Method 3: manually modify the migrations
This happens rarely and if you’ve reached this point and there is no other choice for you, read the Django documentation on writing Django migrations. It is very concise and it will take you through the main components of a migration.
Another one of the so many reasons migrations must be part of a project is data migration. If there is a requirement that, for instance, a many-to-many relationship changes into a one-to-many relationship or that a table needs to be split in two different tables, then we apply of course a migration. But what happens with the data? We still need all the data currently in the database. Well, here comes the benefits of data migration. You write a custom migration, a few scripts that handle your data in conjunction with the schema you want and you execute python manage.py migrate afterwards. That’s it! You have the data refactored in the new schema.
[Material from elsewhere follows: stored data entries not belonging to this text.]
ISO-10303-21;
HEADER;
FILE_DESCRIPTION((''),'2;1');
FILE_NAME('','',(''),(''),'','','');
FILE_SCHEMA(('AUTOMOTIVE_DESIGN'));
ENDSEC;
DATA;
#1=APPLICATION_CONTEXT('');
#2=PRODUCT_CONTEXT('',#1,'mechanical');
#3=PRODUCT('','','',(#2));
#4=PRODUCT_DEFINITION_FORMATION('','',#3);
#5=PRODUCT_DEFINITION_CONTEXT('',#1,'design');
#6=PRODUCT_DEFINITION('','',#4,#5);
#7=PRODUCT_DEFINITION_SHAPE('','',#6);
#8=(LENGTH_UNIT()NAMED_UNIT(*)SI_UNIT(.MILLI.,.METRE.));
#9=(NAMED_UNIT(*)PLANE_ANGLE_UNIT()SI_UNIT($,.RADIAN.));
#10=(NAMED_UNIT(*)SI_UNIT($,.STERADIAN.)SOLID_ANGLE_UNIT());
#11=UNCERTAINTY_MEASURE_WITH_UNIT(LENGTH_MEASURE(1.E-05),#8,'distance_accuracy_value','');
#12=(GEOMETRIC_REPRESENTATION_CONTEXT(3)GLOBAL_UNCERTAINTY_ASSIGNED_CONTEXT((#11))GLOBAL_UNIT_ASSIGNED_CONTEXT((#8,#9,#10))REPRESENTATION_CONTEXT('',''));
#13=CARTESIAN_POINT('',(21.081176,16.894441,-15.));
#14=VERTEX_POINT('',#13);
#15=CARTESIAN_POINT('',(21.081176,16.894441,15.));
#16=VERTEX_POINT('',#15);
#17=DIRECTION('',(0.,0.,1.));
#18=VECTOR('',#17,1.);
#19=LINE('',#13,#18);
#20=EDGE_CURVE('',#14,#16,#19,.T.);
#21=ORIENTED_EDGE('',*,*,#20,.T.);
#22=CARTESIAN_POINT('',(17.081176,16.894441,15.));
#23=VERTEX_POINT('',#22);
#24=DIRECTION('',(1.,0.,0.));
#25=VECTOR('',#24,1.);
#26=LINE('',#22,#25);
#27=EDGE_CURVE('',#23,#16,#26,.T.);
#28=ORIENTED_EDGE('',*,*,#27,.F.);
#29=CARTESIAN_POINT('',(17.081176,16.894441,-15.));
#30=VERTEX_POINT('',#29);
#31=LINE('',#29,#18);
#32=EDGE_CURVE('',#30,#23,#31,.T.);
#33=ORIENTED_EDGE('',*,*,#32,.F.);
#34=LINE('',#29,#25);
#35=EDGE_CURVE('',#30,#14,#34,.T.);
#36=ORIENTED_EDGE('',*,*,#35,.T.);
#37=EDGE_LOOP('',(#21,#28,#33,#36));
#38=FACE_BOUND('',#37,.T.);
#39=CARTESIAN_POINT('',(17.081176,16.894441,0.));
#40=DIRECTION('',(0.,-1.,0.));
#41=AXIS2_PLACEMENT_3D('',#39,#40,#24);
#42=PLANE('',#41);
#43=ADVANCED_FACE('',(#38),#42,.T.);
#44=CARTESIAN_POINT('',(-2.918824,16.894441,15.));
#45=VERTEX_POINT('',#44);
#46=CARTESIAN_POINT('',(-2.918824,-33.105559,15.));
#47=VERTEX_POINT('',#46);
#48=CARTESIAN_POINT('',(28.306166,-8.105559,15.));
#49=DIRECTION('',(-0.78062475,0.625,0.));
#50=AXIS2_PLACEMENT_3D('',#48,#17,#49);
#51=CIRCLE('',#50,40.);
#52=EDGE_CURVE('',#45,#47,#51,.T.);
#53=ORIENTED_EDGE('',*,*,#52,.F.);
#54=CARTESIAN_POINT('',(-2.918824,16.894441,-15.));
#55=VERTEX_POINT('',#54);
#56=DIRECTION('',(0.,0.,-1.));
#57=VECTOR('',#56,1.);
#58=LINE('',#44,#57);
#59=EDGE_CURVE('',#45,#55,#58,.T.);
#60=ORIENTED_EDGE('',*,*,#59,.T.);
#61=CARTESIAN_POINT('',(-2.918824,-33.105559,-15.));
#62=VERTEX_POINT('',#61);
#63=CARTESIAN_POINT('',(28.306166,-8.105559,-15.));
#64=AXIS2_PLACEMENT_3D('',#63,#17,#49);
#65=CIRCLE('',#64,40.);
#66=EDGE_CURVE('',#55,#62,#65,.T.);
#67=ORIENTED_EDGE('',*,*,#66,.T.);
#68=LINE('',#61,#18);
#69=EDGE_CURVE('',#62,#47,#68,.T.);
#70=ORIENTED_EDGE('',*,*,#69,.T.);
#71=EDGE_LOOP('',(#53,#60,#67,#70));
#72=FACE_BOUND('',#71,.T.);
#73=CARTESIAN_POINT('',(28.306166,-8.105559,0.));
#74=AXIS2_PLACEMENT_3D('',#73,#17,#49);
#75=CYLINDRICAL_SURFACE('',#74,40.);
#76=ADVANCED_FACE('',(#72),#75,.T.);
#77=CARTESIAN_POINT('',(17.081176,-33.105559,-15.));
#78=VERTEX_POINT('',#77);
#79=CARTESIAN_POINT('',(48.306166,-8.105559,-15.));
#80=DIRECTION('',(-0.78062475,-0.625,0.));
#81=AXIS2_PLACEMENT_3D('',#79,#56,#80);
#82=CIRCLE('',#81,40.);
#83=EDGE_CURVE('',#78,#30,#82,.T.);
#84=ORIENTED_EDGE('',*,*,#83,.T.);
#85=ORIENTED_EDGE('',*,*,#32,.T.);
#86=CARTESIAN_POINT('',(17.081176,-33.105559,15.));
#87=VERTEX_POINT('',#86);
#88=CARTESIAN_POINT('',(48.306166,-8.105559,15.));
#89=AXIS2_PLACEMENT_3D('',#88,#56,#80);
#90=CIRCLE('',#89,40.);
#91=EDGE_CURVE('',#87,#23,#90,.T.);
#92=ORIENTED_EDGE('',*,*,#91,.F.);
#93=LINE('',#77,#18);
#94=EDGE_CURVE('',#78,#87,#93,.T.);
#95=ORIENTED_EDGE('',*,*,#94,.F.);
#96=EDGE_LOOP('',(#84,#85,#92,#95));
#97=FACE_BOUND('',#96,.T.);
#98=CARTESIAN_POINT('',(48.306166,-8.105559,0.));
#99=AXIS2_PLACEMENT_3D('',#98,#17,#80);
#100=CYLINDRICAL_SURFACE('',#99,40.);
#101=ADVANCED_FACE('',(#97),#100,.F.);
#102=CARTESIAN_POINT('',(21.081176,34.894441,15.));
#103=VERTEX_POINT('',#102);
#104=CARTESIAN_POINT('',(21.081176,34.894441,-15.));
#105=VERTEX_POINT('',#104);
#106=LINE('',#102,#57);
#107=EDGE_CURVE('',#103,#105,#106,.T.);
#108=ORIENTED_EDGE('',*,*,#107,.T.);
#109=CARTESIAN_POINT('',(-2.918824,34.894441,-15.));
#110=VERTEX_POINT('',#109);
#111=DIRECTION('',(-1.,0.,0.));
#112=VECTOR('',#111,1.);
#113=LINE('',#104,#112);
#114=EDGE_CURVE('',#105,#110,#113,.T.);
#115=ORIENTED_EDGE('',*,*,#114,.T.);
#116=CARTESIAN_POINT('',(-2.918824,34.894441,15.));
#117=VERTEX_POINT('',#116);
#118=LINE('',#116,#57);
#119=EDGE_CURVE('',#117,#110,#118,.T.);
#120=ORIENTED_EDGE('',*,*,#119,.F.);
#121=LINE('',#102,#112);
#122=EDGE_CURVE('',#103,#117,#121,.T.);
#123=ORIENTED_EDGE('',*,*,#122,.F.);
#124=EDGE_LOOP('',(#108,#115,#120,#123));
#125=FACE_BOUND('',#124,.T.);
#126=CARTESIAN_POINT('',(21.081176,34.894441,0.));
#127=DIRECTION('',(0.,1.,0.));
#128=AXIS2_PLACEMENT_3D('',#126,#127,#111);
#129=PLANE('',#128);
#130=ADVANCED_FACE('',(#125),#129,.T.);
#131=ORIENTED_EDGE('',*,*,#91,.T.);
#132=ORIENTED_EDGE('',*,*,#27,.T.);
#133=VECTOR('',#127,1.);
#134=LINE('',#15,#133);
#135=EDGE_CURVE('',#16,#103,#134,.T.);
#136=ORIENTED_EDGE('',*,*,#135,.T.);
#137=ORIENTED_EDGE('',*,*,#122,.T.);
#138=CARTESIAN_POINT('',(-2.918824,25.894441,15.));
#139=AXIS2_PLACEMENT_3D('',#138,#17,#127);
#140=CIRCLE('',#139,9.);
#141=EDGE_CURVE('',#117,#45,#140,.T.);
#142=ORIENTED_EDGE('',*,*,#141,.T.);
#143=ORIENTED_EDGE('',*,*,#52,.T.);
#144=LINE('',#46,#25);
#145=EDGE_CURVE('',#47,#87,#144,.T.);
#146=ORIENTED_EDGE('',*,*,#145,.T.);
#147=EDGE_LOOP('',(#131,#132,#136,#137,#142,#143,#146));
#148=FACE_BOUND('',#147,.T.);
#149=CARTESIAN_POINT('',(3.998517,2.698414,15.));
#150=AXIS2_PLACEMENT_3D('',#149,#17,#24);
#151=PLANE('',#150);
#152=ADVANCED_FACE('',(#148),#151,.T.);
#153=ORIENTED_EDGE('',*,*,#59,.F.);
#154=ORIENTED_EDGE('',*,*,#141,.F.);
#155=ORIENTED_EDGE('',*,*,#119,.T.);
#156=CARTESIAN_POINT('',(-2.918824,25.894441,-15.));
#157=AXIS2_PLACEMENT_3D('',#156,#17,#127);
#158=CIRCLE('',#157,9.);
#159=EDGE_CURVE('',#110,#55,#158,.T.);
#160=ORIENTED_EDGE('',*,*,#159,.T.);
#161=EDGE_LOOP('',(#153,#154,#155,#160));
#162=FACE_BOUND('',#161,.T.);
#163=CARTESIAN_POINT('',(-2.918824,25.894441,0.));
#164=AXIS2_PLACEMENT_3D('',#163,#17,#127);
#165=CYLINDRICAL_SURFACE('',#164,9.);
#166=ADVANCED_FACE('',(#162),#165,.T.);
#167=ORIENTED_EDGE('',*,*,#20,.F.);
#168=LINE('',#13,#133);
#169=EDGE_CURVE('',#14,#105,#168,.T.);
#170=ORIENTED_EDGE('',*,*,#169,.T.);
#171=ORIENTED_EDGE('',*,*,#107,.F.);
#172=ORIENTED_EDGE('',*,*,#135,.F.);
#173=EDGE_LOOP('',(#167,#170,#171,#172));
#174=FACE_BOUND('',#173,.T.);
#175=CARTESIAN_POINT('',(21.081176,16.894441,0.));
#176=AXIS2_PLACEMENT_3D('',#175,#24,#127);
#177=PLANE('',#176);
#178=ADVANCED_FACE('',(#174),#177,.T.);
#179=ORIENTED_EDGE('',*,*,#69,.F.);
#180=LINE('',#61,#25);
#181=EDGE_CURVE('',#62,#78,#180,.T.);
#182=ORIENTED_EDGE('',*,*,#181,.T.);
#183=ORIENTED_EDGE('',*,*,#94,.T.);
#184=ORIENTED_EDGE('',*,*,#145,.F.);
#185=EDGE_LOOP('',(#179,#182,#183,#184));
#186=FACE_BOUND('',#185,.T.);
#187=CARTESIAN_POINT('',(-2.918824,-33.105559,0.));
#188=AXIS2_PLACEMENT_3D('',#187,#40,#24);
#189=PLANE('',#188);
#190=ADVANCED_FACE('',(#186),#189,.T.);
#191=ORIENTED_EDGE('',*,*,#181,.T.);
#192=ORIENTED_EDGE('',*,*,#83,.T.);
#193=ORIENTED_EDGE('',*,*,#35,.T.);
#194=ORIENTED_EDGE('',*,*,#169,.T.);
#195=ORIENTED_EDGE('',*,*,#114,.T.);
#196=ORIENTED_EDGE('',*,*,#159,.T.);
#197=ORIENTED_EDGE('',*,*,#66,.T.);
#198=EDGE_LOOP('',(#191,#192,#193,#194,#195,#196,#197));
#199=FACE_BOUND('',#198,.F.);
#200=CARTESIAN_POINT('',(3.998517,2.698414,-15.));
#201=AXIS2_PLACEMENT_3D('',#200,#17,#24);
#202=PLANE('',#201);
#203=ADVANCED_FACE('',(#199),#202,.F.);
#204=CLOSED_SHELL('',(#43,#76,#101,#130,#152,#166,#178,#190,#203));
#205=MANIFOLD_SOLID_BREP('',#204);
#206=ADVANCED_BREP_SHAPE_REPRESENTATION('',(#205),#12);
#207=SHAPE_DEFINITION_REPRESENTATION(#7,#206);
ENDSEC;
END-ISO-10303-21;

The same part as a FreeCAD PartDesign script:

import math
import FreeCAD as App
import Part
import Sketcher

doc = App.newDocument("Part")
body = doc.addObject("PartDesign::Body", "Body")

# Sketch on XY plane
sketch1 = body.newObject("Sketcher::SketchObject", "Sketch")
sketch1.AttachmentSupport = (doc.getObject("XY_Plane"), [""])
sketch1.MapMode = "FlatFace"
sketch1.addGeometry([
    Part.ArcOfCircle(Part.Circle(App.Vector(28.306166, -8.105559, 0), App.Vector(0, 0, 1), 40), math.radians(141.317813), math.radians(218.682187)),  # 0
    Part.LineSegment(App.Vector(-2.918824, -33.105559, 0), App.Vector(17.081176, -33.105559, 0)),  # 1
    Part.ArcOfCircle(Part.Circle(App.Vector(48.306166, -8.105559, 0), App.Vector(0, 0, 1), 40), math.radians(141.317813), math.radians(218.682187)),  # 2
    Part.LineSegment(App.Vector(17.081176, 16.894441, 0), App.Vector(21.081176, 16.894441, 0)),  # 3
    Part.LineSegment(App.Vector(21.081176, 16.894441, 0), App.Vector(21.081176, 34.894441, 0)),  # 4
    Part.LineSegment(App.Vector(21.081176, 34.894441, 0), App.Vector(-2.918824, 34.894441, 0)),  # 5
    Part.ArcOfCircle(Part.Circle(App.Vector(-2.918824, 25.894441, 0), App.Vector(0, 0, 1), 9), math.radians(90), math.radians(270)),  # 6
], False)
sketch1.addConstraint([
    Sketcher.Constraint("Coincident", 0, 2, 1, 1),
    Sketcher.Constraint("Coincident", 1, 2, 2, 2),
    Sketcher.Constraint("Coincident", 2, 1, 3, 1),
    Sketcher.Constraint("Coincident", 3, 2, 4, 1),
    Sketcher.Constraint("Coincident", 4, 2, 5, 1),
    Sketcher.Constraint("Tangent", 5, 2, 6, 1),
    Sketcher.Constraint("Coincident", 6, 2, 0, 1),
    Sketcher.Constraint("Horizontal", 1),
    Sketcher.Constraint("Horizontal", 3),
    Sketcher.Constraint("Vertical", 4),
    Sketcher.Constraint("Horizontal", 5),
    Sketcher.Constraint("Equal", 0, 2),
    Sketcher.Constraint("Horizontal", 0, 3, 2, 3),
    Sketcher.Constraint("Horizontal", 3, 2, 6, 2),
    Sketcher.Constraint("Vertical", 6, 3, 0, 2),
    Sketcher.Constraint("Vertical", 1, 2, 2, 1),
    Sketcher.Constraint("Radius", 0, 40.0),
    Sketcher.Constraint("Radius", 6, 9.0),
    Sketcher.Constraint("DistanceX", 1, 1, 1, 2, 20.0),
    Sketcher.Constraint("DistanceX", 3, 1, 3, 2, 4.0),
    Sketcher.Constraint("DistanceY", 0, 3, 6, 3, 34.0),
    Sketcher.Constraint("DistanceY", 0, 3, -1, 1, 8.105559),
    Sketcher.Constraint("DistanceX", -1, 1, 0, 3, 28.306166),
])
pad1 = body.newObject("PartDesign::Pad", "Pad")
pad1.Profile = sketch1
pad1.Length = 30
pad1.Midplane = True

doc.recompute()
What you explicitly need for your data migration is a dependency. This dependency refers to the latest applied migration (its name, to be more exact) and needs to be set by the developer. But if we have different sets of migrations on our production servers, then we need to take care to set the dependency accordingly on every server. This is tedious and being able to avoid it makes the migration mechanism even greater.
Also, there is a difference between a fixture and a data migration. Fixtures are used to load default data into the database, while data migrations are used to change the data in the database itself. A fixture is a JSON file that lays inside a fixtures folder and is loaded using the command python manage.py laoddata myapp/fixtures/my_fixture.json. This way, you have a set of objects that populate by default your database. On the other hand, a data migration is a migration in itself and lays inside the migrations folder. You do not add new entries in the database using a data migration, you only alter the data in the database.
Migrations are a very powerful mechanism for database versioning. You must always consider using migrations when working with Django and databases.
Even if you don’t have a programming background or if you have worked with other frameworks that do not use a similar mechanism, experiment and aim to understand the logic behind them. They are not as complicated as they seem at first and all the problems they cause can be easily solved.